--- Data shown Enclosed Below ---

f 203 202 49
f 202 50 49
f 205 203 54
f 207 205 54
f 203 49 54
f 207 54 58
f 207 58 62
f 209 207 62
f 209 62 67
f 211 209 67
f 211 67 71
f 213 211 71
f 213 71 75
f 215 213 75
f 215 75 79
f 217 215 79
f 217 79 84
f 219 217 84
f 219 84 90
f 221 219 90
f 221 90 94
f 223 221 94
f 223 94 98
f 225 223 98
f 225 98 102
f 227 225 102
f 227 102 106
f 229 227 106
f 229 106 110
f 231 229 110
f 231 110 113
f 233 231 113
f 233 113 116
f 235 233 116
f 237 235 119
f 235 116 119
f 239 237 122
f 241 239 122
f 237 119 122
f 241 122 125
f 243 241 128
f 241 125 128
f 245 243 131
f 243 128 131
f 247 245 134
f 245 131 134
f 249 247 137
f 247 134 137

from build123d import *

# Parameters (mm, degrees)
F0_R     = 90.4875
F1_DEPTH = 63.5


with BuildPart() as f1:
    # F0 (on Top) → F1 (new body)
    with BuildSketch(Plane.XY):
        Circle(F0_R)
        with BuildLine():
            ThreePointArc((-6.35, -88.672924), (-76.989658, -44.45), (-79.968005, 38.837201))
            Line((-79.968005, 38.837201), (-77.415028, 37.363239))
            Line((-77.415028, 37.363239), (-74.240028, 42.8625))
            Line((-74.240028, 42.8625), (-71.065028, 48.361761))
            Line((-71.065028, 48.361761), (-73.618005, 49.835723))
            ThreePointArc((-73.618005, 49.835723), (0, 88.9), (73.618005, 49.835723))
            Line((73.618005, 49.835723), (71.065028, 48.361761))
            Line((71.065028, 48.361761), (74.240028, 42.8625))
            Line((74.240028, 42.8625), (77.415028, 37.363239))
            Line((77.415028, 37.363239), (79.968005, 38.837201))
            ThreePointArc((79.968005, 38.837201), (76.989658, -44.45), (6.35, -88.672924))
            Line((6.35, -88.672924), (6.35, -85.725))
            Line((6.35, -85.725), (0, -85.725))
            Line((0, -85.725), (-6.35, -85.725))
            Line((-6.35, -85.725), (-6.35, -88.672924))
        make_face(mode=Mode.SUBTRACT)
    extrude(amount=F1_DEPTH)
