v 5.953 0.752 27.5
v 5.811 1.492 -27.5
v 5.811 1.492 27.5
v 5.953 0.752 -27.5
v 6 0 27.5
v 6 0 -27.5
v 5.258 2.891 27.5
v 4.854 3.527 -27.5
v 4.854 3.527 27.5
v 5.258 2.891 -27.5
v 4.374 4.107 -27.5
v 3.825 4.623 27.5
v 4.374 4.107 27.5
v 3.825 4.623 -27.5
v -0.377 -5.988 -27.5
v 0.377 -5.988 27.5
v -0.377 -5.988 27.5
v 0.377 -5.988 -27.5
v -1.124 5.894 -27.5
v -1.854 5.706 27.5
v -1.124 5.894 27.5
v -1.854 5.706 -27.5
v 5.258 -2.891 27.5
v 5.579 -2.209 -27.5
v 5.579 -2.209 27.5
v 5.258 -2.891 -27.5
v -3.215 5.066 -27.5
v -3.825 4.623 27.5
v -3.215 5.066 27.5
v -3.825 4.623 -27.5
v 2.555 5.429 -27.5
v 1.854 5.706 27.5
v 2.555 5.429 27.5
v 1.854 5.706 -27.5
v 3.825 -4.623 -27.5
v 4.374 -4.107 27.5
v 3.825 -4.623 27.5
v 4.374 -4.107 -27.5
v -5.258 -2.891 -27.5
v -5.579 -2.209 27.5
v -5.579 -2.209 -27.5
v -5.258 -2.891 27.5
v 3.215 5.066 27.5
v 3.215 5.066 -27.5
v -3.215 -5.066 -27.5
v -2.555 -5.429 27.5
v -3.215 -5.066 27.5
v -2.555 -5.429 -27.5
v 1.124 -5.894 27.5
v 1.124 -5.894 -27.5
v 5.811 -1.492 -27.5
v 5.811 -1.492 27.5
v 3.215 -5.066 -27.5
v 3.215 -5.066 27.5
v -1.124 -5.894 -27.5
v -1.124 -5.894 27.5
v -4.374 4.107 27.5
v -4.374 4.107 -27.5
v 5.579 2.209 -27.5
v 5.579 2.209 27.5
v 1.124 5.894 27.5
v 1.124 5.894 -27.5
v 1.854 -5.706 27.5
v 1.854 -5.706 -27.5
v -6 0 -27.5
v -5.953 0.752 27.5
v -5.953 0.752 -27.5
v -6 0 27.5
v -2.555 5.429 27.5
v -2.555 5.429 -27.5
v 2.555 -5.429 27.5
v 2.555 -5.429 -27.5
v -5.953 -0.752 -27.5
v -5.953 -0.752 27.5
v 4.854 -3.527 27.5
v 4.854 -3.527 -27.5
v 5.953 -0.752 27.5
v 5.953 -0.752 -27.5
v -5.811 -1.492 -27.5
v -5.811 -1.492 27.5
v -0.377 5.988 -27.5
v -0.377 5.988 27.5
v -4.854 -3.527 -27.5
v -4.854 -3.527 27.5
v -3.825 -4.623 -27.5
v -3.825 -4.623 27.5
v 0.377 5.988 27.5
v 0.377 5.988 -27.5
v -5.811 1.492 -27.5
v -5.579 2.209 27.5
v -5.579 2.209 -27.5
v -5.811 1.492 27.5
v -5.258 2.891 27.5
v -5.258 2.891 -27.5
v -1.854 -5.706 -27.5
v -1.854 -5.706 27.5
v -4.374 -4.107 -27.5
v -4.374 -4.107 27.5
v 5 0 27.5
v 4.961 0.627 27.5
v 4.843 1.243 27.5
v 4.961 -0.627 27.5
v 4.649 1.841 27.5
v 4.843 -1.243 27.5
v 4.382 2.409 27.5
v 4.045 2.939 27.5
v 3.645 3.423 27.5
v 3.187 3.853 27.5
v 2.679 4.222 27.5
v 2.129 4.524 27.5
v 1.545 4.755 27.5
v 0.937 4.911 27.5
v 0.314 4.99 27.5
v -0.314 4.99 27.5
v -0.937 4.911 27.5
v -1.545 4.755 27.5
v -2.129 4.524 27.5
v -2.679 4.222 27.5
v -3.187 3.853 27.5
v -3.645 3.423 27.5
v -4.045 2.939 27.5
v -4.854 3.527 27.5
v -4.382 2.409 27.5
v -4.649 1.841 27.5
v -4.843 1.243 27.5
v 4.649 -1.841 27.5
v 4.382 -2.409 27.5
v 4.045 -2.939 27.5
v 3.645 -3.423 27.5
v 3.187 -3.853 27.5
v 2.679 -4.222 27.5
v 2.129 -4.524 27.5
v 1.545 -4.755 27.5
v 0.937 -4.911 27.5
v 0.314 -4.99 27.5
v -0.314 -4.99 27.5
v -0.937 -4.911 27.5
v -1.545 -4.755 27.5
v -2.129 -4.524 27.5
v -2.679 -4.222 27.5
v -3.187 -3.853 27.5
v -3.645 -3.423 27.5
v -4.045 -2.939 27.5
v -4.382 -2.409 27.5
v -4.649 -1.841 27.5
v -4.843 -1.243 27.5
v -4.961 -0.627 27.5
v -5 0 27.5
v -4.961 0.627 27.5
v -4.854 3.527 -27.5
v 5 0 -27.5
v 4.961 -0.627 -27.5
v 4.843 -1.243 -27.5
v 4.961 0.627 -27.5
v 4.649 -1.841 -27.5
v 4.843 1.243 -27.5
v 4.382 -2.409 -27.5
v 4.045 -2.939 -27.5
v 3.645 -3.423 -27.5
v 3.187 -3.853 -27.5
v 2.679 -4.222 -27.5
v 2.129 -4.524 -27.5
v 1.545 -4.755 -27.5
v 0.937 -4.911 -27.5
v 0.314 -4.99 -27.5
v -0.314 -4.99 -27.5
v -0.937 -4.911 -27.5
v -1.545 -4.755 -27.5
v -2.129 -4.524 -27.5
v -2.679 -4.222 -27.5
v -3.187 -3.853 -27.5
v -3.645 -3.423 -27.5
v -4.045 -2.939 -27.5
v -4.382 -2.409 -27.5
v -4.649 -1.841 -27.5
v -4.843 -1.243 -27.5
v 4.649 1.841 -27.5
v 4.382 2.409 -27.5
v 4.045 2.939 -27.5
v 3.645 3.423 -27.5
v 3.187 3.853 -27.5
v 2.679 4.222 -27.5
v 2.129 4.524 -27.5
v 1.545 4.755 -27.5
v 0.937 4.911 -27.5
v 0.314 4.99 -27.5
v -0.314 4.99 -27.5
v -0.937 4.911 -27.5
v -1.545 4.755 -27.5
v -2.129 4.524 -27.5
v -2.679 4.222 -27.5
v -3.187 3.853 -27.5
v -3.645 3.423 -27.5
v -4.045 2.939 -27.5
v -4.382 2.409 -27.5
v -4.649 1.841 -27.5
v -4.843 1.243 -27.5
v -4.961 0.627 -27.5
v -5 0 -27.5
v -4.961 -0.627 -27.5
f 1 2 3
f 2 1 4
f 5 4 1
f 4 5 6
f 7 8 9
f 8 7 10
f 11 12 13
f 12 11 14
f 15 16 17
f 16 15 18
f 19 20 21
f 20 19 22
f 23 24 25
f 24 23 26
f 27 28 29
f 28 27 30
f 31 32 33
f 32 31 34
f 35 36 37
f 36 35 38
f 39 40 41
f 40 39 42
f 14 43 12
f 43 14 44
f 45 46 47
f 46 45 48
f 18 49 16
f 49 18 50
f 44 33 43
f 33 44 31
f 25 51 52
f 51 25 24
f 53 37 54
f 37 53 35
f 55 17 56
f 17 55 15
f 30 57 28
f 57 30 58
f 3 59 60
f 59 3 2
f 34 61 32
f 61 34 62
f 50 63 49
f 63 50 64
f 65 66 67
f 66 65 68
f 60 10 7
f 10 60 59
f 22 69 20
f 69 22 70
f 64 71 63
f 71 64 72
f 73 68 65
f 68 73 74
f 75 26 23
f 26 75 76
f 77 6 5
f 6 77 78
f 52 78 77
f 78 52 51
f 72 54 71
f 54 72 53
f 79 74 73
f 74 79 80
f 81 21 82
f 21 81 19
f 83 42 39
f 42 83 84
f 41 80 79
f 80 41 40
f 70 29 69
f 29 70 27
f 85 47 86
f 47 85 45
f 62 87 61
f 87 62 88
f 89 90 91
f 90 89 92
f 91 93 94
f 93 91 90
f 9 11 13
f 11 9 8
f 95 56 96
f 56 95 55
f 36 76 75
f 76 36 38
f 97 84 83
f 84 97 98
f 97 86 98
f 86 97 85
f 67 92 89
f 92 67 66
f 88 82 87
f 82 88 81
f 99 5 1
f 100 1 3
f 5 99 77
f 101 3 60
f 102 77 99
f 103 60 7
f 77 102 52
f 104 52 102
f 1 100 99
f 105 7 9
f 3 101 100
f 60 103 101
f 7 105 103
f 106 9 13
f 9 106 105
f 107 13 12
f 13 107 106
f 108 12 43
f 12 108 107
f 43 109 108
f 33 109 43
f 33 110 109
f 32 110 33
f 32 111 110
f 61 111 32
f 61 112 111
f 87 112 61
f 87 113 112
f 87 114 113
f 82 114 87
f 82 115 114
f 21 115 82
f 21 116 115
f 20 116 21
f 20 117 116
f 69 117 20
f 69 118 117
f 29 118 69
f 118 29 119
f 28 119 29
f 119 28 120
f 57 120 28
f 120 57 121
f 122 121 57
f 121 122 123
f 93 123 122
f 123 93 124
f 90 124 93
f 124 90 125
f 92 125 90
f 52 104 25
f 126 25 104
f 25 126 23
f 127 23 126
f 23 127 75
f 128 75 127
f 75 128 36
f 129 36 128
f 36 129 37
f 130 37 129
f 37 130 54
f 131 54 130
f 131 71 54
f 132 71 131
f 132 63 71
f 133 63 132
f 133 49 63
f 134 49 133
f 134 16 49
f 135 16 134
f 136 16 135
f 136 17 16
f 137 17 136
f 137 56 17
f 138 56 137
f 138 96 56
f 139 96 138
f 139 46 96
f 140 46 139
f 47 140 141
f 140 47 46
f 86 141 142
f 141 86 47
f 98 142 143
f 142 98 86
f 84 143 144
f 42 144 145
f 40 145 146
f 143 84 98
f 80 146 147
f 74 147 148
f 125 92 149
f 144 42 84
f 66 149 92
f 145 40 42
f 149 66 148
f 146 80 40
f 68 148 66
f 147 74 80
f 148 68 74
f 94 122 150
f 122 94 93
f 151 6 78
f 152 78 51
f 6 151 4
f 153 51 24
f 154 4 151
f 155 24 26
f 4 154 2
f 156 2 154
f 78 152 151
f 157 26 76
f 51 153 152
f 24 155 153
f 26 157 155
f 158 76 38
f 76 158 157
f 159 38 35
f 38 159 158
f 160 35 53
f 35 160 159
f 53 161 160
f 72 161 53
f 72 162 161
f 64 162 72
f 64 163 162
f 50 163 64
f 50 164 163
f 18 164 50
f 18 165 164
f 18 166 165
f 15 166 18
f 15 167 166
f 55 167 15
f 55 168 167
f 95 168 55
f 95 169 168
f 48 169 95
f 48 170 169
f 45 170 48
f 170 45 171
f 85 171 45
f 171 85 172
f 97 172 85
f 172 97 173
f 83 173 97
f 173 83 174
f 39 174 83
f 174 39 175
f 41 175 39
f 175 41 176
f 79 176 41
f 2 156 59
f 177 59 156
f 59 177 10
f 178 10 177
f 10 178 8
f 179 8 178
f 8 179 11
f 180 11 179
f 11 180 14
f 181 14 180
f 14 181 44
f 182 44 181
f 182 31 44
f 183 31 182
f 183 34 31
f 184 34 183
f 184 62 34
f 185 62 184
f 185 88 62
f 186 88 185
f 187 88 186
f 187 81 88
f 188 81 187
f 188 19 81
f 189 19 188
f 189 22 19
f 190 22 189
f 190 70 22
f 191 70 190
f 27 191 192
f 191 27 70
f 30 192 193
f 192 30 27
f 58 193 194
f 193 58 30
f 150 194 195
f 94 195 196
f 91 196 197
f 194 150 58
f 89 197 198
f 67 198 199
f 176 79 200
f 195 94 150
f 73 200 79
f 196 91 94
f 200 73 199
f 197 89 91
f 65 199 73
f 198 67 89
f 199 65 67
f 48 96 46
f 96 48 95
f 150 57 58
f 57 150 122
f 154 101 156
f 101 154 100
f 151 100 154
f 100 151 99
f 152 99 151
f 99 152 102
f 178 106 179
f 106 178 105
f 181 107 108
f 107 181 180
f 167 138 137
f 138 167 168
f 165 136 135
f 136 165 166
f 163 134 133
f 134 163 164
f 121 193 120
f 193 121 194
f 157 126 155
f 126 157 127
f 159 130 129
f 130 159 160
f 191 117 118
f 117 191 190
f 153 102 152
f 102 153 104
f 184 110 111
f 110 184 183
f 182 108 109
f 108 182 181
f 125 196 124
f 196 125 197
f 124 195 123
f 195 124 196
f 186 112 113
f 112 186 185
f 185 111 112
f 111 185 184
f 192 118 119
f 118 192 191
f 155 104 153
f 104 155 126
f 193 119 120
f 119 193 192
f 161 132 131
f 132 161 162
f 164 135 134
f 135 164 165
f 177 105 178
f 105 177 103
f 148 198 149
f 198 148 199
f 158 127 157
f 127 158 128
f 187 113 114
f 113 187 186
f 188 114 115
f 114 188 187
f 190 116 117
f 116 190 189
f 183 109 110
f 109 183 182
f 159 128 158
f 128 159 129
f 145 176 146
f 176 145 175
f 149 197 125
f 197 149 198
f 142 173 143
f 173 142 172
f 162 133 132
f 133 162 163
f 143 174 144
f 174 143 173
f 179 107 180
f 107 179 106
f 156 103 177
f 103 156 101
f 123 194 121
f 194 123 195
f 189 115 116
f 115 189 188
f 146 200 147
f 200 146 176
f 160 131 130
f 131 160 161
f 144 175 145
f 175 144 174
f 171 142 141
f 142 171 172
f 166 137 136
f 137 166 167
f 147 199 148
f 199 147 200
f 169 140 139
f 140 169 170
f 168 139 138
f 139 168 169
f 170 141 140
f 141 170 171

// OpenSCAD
$fn = 50;


difference() {
	union() {
		translate(v = [0, 0, -27.5000000000]) {
			cylinder(h = 55, r = 6.0000000000);
		}
	}
	union() {
		translate(v = [0, 0, -100.0000000000]) {
			cylinder(h = 200, r = 5.0000000000);
		}
	}
}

--- End of Enclosed Data shown ---

Task to carry out >> From the start of the data to the line that holds "-44.45), (-79.968005, 38.837201))", retype each line exactly, with both ends included.

Task result >>
f 203 202 49
f 202 50 49
f 205 203 54
f 207 205 54
f 203 49 54
f 207 54 58
f 207 58 62
f 209 207 62
f 209 62 67
f 211 209 67
f 211 67 71
f 213 211 71
f 213 71 75
f 215 213 75
f 215 75 79
f 217 215 79
f 217 79 84
f 219 217 84
f 219 84 90
f 221 219 90
f 221 90 94
f 223 221 94
f 223 94 98
f 225 223 98
f 225 98 102
f 227 225 102
f 227 102 106
f 229 227 106
f 229 106 110
f 231 229 110
f 231 110 113
f 233 231 113
f 233 113 116
f 235 233 116
f 237 235 119
f 235 116 119
f 239 237 122
f 241 239 122
f 237 119 122
f 241 122 125
f 243 241 128
f 241 125 128
f 245 243 131
f 243 128 131
f 247 245 134
f 245 131 134
f 249 247 137
f 247 134 137

from build123d import *

# Parameters (mm, degrees)
F0_R     = 90.4875
F1_DEPTH = 63.5


with BuildPart() as f1:
    # F0 (on Top) → F1 (new body)
    with BuildSketch(Plane.XY):
        Circle(F0_R)
        with BuildLine():
            ThreePointArc((-6.35, -88.672924), (-76.989658, -44.45), (-79.968005, 38.837201))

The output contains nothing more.